> _Task to complete_: Only some lines are wanted. Transcribe, exactly, the lines below from the line with "e21 v19 v21 LINE" up to and including the line with "face PLANE(AX(P(-73.025,-45.339,25.4),D(0,1,0),D(0,0,1))) rev".

(Dataset entries)

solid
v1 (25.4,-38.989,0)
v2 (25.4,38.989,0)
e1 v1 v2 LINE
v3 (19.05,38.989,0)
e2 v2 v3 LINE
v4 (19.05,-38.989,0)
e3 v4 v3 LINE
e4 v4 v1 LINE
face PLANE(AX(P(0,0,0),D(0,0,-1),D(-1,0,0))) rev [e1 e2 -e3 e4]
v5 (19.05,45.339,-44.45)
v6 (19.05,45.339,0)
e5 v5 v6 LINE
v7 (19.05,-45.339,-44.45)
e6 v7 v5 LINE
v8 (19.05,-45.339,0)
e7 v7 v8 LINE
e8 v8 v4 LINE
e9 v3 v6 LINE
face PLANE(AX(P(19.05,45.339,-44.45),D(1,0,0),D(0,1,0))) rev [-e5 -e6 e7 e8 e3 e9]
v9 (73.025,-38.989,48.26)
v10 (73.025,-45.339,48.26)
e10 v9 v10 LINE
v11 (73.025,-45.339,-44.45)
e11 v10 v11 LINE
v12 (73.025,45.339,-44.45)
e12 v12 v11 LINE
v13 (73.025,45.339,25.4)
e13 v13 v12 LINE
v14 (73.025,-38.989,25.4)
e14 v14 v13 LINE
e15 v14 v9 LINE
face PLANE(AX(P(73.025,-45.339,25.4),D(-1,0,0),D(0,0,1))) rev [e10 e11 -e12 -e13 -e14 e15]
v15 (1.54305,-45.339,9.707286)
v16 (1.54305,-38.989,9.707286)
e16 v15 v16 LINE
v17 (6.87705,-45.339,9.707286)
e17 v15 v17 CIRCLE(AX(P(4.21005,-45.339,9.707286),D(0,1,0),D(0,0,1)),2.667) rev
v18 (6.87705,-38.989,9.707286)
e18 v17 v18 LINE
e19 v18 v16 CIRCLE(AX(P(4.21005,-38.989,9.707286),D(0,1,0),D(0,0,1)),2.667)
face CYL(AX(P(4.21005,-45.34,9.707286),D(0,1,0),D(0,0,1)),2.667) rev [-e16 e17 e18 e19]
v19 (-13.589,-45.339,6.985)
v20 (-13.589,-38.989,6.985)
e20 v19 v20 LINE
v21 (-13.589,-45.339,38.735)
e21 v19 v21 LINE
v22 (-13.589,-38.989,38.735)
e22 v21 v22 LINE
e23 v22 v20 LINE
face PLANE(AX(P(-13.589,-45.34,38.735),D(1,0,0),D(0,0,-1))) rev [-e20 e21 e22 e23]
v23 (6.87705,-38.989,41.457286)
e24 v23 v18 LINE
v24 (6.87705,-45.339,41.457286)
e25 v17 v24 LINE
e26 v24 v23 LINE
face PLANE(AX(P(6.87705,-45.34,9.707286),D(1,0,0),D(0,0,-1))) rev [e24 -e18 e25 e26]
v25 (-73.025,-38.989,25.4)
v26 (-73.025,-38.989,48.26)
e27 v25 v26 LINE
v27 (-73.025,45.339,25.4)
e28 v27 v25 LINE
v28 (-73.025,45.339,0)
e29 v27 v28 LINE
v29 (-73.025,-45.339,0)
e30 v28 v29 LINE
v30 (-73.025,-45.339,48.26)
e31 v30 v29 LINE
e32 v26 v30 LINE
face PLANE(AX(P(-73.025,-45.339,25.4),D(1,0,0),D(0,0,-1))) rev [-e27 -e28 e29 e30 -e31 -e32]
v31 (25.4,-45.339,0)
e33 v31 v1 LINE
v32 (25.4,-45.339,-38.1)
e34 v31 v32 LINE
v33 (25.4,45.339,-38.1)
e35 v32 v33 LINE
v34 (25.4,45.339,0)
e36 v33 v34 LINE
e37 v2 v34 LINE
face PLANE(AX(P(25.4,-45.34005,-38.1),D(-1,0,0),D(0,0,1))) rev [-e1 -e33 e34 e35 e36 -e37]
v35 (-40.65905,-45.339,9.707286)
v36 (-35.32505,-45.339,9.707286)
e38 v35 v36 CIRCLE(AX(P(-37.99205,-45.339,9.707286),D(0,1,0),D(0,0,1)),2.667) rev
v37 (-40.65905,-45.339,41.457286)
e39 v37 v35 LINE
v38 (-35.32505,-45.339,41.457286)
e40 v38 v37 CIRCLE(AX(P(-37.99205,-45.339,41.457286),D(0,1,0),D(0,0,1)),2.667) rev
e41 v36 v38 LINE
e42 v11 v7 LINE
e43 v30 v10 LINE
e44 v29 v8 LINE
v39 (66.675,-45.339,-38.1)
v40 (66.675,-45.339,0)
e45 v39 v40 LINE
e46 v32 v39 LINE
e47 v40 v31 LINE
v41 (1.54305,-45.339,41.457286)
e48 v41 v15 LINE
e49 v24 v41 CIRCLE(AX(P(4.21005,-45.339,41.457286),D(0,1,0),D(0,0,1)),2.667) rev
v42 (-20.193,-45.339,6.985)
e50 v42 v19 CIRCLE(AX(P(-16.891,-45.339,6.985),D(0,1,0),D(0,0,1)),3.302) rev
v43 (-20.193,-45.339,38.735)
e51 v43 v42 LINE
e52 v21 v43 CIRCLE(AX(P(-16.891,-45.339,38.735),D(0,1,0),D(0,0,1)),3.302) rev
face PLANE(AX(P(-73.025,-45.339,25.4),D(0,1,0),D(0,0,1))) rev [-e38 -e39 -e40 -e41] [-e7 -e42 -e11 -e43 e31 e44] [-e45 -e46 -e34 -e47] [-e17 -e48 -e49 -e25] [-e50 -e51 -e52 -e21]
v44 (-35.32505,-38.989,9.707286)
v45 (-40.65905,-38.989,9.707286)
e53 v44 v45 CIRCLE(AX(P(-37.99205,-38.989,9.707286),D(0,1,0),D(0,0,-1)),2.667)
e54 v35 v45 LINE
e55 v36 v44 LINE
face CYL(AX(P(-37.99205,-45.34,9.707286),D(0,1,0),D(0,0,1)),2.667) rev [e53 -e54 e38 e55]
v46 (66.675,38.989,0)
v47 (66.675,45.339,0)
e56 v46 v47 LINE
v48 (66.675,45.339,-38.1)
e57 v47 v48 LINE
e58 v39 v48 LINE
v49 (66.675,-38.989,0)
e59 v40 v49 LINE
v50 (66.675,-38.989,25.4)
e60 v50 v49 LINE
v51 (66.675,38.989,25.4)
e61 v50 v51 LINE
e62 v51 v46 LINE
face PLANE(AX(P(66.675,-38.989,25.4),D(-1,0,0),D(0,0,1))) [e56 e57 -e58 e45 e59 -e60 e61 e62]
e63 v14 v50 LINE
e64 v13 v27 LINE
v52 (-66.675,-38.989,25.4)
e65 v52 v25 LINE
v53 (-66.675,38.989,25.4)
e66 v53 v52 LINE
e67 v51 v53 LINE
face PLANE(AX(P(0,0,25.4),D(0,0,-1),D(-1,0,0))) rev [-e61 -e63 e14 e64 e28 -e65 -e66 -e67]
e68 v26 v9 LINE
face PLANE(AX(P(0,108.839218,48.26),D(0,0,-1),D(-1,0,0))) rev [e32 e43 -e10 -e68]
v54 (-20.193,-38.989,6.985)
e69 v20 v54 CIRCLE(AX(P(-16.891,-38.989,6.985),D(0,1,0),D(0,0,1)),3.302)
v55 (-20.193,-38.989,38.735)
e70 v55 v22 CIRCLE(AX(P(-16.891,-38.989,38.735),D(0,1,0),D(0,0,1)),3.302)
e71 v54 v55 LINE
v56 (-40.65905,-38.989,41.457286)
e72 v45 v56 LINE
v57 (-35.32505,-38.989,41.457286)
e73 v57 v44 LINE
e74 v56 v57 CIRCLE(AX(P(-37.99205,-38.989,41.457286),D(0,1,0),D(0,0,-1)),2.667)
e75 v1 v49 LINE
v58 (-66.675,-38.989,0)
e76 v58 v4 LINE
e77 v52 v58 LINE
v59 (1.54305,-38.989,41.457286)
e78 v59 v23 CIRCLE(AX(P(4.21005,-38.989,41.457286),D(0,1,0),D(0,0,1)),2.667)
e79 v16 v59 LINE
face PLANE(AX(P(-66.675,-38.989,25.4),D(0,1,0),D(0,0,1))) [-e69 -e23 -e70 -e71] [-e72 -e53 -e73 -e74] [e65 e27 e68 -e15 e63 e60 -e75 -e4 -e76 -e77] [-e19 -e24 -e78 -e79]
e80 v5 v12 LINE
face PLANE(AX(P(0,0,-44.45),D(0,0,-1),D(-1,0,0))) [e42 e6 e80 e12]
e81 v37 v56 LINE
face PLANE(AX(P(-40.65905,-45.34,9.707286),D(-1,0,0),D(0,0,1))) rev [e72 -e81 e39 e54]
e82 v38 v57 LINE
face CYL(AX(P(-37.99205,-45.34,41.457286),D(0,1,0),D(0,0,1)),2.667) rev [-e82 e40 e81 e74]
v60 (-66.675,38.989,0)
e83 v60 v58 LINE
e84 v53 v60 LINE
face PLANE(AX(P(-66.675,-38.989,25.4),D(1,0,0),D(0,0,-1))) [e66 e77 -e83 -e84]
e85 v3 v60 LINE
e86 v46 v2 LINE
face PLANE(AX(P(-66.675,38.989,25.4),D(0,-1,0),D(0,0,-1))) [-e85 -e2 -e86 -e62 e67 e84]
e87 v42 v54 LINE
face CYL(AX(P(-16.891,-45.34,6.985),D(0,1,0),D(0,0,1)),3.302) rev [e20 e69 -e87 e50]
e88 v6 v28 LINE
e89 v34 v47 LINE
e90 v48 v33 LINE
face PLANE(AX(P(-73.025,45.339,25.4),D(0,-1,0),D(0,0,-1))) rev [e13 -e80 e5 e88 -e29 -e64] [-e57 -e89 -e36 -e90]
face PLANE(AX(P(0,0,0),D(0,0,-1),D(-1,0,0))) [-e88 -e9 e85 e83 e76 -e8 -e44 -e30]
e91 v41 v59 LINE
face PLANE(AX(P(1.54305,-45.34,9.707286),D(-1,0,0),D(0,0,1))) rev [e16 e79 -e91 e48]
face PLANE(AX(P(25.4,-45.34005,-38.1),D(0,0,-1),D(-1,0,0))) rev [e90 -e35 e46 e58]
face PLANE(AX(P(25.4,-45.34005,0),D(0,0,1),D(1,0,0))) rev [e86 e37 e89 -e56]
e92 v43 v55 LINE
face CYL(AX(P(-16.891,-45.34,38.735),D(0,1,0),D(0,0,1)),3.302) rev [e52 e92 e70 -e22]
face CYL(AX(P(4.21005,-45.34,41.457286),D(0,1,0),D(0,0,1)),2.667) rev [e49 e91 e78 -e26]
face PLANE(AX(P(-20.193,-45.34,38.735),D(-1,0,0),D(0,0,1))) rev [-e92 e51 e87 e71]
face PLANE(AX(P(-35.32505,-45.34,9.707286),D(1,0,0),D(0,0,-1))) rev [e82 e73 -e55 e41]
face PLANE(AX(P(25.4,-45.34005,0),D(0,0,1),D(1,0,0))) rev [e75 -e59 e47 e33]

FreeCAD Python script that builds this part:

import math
import FreeCAD as App
import Part
import Sketcher
from FreeCAD import Vector
Q = App.Units.Quantity

doc = App.newDocument("Part")
body = doc.addObject("PartDesign::Body", "Body")

sketch1 = doc.addObject("Sketcher::SketchObject", "Sketch")
body.addObject(sketch1)
sketch1.AttachmentSupport = (doc.XY_Plane, [""])
sketch1.MapMode = "FlatFace"
sketch1.addGeometry(Part.LineSegment(Vector(-73.025, 45.339, 0), Vector(-73.025, -45.339, 0)), False)
sketch1.addGeometry(Part.LineSegment(Vector(-73.025, -45.339, 0), Vector(73.025, -45.339, 0)), False)
sketch1.addGeometry(Part.LineSegment(Vector(73.025, -45.339, 0), Vector(73.025, 45.339, 0)), False)
sketch1.addGeometry(Part.LineSegment(Vector(73.025, 45.339, 0), Vector(-73.025, 45.339, 0)), False)
sketch1.addGeometry(Part.LineSegment(Vector(66.675, -38.989, 0), Vector(-66.675, -38.989, 0)), False)
sketch1.addGeometry(Part.LineSegment(Vector(-66.675, -38.989, 0), Vector(-66.675, 38.989, 0)), False)
sketch1.addGeometry(Part.LineSegment(Vector(-66.675, 38.989, 0), Vector(66.675, 38.989, 0)), False)
sketch1.addGeometry(Part.LineSegment(Vector(66.675, 38.989, 0), Vector(66.675, -38.989, 0)), False)
sketch1.addConstraint(Sketcher.Constraint("Coincident", 0, 2, 1, 1))
sketch1.addConstraint(Sketcher.Constraint("Coincident", 1, 2, 2, 1))
sketch1.addConstraint(Sketcher.Constraint("Coincident", 2, 2, 3, 1))
sketch1.addConstraint(Sketcher.Constraint("Coincident", 3, 2, 0, 1))
sketch1.addConstraint(Sketcher.Constraint("Coincident", 4, 2, 5, 1))
sketch1.addConstraint(Sketcher.Constraint("Coincident", 5, 2, 6, 1))
sketch1.addConstraint(Sketcher.Constraint("Coincident", 6, 2, 7, 1))
sketch1.addConstraint(Sketcher.Constraint("Coincident", 7, 2, 4, 1))
sketch1.addConstraint(Sketcher.Constraint("Vertical", 0))
sketch1.addConstraint(Sketcher.Constraint("Horizontal", 1))
sketch1.addConstraint(Sketcher.Constraint("Vertical", 2))
sketch1.addConstraint(Sketcher.Constraint("Horizontal", 3))
sketch1.addConstraint(Sketcher.Constraint("Horizontal", 4))
sketch1.addConstraint(Sketcher.Constraint("Vertical", 5))
sketch1.addConstraint(Sketcher.Constraint("Horizontal", 6))
sketch1.addConstraint(Sketcher.Constraint("Vertical", 7))
sketch1.addConstraint(Sketcher.Constraint("Symmetric", 0, 2, 2, 2, -1, 1))
sketch1.addConstraint(Sketcher.Constraint("Symmetric", 4, 2, 6, 2, -1, 1))
sketch1.addConstraint(Sketcher.Constraint("DistanceX", 1, 1, 1, 2, Q("5.75 in")))
sketch1.addConstraint(Sketcher.Constraint("DistanceX", 4, 2, 4, 1, Q("5.25 in")))
sketch1.addConstraint(Sketcher.Constraint("DistanceY", 0, 2, 0, 1, Q("3.57 in")))
sketch1.addConstraint(Sketcher.Constraint("DistanceY", 5, 1, 5, 2, Q("3.07 in")))
pad1 = doc.addObject("PartDesign::Pad", "Pad")
body.addObject(pad1)
pad1.Profile = sketch1
pad1.Length = Q("1 in")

> _Task response_:
e21 v19 v21 LINE
v22 (-13.589,-38.989,38.735)
e22 v21 v22 LINE
e23 v22 v20 LINE
face PLANE(AX(P(-13.589,-45.34,38.735),D(1,0,0),D(0,0,-1))) rev [-e20 e21 e22 e23]
v23 (6.87705,-38.989,41.457286)
e24 v23 v18 LINE
v24 (6.87705,-45.339,41.457286)
e25 v17 v24 LINE
e26 v24 v23 LINE
face PLANE(AX(P(6.87705,-45.34,9.707286),D(1,0,0),D(0,0,-1))) rev [e24 -e18 e25 e26]
v25 (-73.025,-38.989,25.4)
v26 (-73.025,-38.989,48.26)
e27 v25 v26 LINE
v27 (-73.025,45.339,25.4)
e28 v27 v25 LINE
v28 (-73.025,45.339,0)
e29 v27 v28 LINE
v29 (-73.025,-45.339,0)
e30 v28 v29 LINE
v30 (-73.025,-45.339,48.26)
e31 v30 v29 LINE
e32 v26 v30 LINE
face PLANE(AX(P(-73.025,-45.339,25.4),D(1,0,0),D(0,0,-1))) rev [-e27 -e28 e29 e30 -e31 -e32]
v31 (25.4,-45.339,0)
e33 v31 v1 LINE
v32 (25.4,-45.339,-38.1)
e34 v31 v32 LINE
v33 (25.4,45.339,-38.1)
e35 v32 v33 LINE
v34 (25.4,45.339,0)
e36 v33 v34 LINE
e37 v2 v34 LINE
face PLANE(AX(P(25.4,-45.34005,-38.1),D(-1,0,0),D(0,0,1))) rev [-e1 -e33 e34 e35 e36 -e37]
v35 (-40.65905,-45.339,9.707286)
v36 (-35.32505,-45.339,9.707286)
e38 v35 v36 CIRCLE(AX(P(-37.99205,-45.339,9.707286),D(0,1,0),D(0,0,1)),2.667) rev
v37 (-40.65905,-45.339,41.457286)
e39 v37 v35 LINE
v38 (-35.32505,-45.339,41.457286)
e40 v38 v37 CIRCLE(AX(P(-37.99205,-45.339,41.457286),D(0,1,0),D(0,0,1)),2.667) rev
e41 v36 v38 LINE
e42 v11 v7 LINE
e43 v30 v10 LINE
e44 v29 v8 LINE
v39 (66.675,-45.339,-38.1)
v40 (66.675,-45.339,0)
e45 v39 v40 LINE
e46 v32 v39 LINE
e47 v40 v31 LINE
v41 (1.54305,-45.339,41.457286)
e48 v41 v15 LINE
e49 v24 v41 CIRCLE(AX(P(4.21005,-45.339,41.457286),D(0,1,0),D(0,0,1)),2.667) rev
v42 (-20.193,-45.339,6.985)
e50 v42 v19 CIRCLE(AX(P(-16.891,-45.339,6.985),D(0,1,0),D(0,0,1)),3.302) rev
v43 (-20.193,-45.339,38.735)
e51 v43 v42 LINE
e52 v21 v43 CIRCLE(AX(P(-16.891,-45.339,38.735),D(0,1,0),D(0,0,1)),3.302) rev
face PLANE(AX(P(-73.025,-45.339,25.4),D(0,1,0),D(0,0,1))) rev [-e38 -e39 -e40 -e41] [-e7 -e42 -e11 -e43 e31 e44] [-e45 -e46 -e34 -e47] [-e17 -e48 -e49 -e25] [-e50 -e51 -e52 -e21]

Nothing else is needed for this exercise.